Nope, there's a nice spot right next to the supermarket. In fact, there's a sign on the side of the building saying "Reserved for Beer Trucks Only" :laugh:
So there! 
Bob


----------



## gunrunnerjohn (Nov 10, 2010)

raleets said:


> In fact, there's a sign on the side of the building saying "Reserved for Beer Trucks Only" :laugh:


I don't believe you, pictures please.


----------



## Xnats (Dec 5, 2010)

tmiller said:


> Bob,
> I stumbled across that video a few weeks ago, but missed the part about the lake effects. Painting it black makes sense. So that is what I will use. Will send some pics once I have it complete.
> Thanks for the reply!
> Ted


My next one will be black, charcoal, mud brown or some really dark solid color. It really is needed to give depth. Doing the earth/rock colors would work with swallow areas like mountain streams or culverts. Follow the directions to the tee for pouring your water, I learned the hard way


----------



## raleets (Jan 2, 2011)

grjohn,
Ask and you shall receive :thumbsup: :laugh:
The truck is on the way. He's loading up at the brewery right now 
Bob


----------



## gunrunnerjohn (Nov 10, 2010)

raleets said:


> grjohn,
> Ask and you shall receive :thumbsup: :laugh:
> The truck is on the way. He's loading up at the brewery right now
> Bob


----------



## tmiller (Jan 15, 2011)

I agree with your color choice. I have it painted black and am now ready for the water. Now, I have purchased Realistic Water and by mistake bought a bag of E-Z water pellets that you have to melt. So I have two to choose from. Tell me what pitfalls you experienced when pouring the water.
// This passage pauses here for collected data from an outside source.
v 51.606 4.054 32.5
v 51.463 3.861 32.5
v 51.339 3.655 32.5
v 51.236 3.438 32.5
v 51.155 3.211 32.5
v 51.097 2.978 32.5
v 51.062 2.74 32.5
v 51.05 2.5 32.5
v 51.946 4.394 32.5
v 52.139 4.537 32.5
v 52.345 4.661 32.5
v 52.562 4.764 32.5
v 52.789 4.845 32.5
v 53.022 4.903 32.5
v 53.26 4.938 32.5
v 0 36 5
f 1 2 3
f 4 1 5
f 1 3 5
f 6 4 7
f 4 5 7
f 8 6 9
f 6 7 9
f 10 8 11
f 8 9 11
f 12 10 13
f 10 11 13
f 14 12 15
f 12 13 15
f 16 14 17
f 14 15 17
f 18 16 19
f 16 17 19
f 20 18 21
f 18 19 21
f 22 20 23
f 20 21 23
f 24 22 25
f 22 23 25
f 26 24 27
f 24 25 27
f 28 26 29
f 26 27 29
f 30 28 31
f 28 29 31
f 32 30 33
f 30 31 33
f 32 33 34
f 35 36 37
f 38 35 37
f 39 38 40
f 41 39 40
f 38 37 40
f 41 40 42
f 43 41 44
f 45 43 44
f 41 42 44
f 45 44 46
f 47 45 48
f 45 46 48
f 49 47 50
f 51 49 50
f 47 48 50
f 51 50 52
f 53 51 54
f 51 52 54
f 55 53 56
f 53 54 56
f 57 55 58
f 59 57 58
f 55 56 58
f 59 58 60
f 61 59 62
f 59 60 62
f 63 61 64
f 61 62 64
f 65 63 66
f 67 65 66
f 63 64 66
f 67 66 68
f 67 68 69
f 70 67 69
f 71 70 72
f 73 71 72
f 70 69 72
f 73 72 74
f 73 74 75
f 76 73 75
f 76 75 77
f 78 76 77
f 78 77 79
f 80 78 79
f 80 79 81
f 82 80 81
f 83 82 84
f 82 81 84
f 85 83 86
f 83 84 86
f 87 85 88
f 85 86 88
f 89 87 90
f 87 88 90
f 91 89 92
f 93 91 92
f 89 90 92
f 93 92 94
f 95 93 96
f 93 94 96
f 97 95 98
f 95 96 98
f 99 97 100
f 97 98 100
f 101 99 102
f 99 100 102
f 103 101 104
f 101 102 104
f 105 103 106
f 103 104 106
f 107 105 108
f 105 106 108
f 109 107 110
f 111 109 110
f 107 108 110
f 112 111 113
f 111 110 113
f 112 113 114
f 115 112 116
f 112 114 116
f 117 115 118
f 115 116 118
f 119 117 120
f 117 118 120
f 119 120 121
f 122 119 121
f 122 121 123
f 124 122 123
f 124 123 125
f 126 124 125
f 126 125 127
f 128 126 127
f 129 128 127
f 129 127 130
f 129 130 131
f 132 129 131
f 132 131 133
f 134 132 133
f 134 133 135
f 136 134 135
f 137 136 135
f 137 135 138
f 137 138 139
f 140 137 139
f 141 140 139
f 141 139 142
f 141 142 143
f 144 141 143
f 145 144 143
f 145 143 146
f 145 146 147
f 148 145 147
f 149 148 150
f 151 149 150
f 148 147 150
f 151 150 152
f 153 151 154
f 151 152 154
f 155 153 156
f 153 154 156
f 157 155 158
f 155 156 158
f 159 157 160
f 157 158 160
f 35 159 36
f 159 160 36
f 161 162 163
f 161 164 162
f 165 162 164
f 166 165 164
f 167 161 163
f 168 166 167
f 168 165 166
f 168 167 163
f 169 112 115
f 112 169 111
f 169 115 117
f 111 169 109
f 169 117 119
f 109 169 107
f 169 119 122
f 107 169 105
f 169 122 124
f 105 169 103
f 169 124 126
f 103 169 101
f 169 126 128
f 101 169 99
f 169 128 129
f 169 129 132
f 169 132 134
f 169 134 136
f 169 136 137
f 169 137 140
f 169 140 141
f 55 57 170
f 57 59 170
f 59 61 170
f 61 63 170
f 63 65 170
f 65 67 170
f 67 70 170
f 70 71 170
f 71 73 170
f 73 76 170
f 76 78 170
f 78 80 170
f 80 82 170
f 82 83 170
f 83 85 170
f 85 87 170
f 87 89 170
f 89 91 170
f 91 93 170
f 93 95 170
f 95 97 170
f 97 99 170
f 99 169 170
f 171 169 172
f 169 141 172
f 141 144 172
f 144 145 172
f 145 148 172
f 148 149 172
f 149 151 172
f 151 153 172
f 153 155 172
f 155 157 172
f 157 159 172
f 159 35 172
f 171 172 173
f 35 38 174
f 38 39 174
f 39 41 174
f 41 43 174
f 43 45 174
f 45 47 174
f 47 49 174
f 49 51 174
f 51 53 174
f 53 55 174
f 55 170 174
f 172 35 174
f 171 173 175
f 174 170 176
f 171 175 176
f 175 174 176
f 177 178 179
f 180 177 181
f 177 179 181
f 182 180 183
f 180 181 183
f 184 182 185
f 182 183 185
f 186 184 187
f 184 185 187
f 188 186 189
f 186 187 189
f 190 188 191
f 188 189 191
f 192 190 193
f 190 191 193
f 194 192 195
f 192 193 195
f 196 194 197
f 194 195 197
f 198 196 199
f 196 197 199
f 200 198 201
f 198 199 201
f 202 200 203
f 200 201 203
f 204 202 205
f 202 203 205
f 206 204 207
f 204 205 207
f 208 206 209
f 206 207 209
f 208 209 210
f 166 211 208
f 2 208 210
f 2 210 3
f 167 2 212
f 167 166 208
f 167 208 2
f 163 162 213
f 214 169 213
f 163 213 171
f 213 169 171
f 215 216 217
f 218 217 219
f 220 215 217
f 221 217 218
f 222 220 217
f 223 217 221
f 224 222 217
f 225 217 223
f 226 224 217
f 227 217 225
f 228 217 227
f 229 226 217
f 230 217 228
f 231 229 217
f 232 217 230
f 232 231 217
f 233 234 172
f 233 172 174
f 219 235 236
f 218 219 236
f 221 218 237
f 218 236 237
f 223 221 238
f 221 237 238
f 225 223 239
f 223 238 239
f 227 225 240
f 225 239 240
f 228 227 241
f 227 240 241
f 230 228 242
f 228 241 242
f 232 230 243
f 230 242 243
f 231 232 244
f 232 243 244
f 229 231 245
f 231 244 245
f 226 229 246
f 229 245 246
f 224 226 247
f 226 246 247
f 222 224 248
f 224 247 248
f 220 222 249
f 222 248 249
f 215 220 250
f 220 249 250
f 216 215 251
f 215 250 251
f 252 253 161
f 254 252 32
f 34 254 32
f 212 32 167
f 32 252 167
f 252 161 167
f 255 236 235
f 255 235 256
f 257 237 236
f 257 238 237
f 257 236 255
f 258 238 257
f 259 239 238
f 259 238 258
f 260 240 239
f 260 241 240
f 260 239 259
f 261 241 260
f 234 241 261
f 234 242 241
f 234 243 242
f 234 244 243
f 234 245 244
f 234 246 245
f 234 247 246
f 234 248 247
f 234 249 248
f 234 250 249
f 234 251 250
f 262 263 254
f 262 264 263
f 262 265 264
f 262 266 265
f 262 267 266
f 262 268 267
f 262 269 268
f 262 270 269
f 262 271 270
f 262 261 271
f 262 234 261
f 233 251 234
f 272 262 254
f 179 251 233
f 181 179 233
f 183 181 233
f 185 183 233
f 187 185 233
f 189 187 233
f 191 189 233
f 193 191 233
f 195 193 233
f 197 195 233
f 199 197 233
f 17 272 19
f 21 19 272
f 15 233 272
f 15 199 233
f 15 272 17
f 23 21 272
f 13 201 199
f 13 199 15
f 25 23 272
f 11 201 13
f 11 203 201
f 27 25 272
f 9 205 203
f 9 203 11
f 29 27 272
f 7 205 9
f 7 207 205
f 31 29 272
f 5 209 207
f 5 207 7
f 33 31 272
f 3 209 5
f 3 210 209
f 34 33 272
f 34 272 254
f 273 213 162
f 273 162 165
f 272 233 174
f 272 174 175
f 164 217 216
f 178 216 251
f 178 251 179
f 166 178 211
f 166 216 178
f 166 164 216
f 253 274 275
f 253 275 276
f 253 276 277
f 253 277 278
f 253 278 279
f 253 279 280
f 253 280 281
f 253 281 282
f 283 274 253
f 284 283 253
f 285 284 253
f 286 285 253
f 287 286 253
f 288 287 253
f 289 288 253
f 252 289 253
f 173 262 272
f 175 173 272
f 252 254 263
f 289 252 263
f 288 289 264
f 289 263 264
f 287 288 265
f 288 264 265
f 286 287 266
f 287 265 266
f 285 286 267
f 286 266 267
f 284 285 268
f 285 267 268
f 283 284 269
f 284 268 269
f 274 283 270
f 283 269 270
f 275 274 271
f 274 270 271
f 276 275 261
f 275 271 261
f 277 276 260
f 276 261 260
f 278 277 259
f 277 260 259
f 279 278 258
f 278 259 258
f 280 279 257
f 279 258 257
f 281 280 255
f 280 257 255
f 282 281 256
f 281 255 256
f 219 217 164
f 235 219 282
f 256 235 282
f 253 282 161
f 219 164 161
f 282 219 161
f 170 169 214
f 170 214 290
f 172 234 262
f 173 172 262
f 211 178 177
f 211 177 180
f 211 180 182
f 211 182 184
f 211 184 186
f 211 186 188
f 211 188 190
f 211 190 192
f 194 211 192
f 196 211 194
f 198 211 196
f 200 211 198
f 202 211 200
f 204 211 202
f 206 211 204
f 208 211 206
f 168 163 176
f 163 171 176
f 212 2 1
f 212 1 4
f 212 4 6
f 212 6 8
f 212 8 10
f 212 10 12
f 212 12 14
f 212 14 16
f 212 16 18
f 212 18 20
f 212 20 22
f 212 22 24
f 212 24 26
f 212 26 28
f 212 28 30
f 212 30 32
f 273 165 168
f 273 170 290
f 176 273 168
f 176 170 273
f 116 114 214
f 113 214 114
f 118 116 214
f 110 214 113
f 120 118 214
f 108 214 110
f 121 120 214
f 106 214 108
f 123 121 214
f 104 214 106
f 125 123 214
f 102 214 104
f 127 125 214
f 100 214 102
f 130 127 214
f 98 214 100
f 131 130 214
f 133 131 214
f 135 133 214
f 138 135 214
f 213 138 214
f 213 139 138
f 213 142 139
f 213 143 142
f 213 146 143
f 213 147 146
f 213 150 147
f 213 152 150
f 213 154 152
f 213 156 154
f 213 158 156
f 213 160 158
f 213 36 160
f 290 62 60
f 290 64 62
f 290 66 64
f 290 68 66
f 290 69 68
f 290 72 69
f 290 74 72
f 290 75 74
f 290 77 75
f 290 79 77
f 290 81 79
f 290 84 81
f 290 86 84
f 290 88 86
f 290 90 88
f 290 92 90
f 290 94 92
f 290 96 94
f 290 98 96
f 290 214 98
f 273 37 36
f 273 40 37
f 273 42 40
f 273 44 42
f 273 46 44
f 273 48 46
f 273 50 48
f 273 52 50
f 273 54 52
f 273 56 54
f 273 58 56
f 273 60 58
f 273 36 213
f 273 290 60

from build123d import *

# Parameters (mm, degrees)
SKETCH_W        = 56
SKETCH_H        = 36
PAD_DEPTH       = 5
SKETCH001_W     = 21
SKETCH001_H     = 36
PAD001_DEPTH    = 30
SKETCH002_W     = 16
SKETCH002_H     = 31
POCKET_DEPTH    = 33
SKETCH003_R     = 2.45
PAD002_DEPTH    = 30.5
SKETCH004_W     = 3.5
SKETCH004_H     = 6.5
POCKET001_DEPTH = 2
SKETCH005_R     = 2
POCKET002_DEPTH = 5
Might as well find out what I am up against before I proceed

Ted


----------



## Xnats (Dec 5, 2010)

These are the most recent links we talked about. 
I'll add to my comments about EZ Water  If it is poured in 1/8 " lifts it might be ok. I also had problems melting it. The directions say it turns brown if you over heat it. I melted 3 batches and all of then obtained a light brown tint. I'll never buy it again. 
http://www.modeltrainforum.com/showthread.php?t=6776&highlight=WATER
http://www.modeltrainforum.com/showpost.php?p=68515&postcount=52


----------



## swiggy (Jan 25, 2010)

don't forget deadfall and rocks (talus). I think black with some lighter shade near the shores would look good!


----------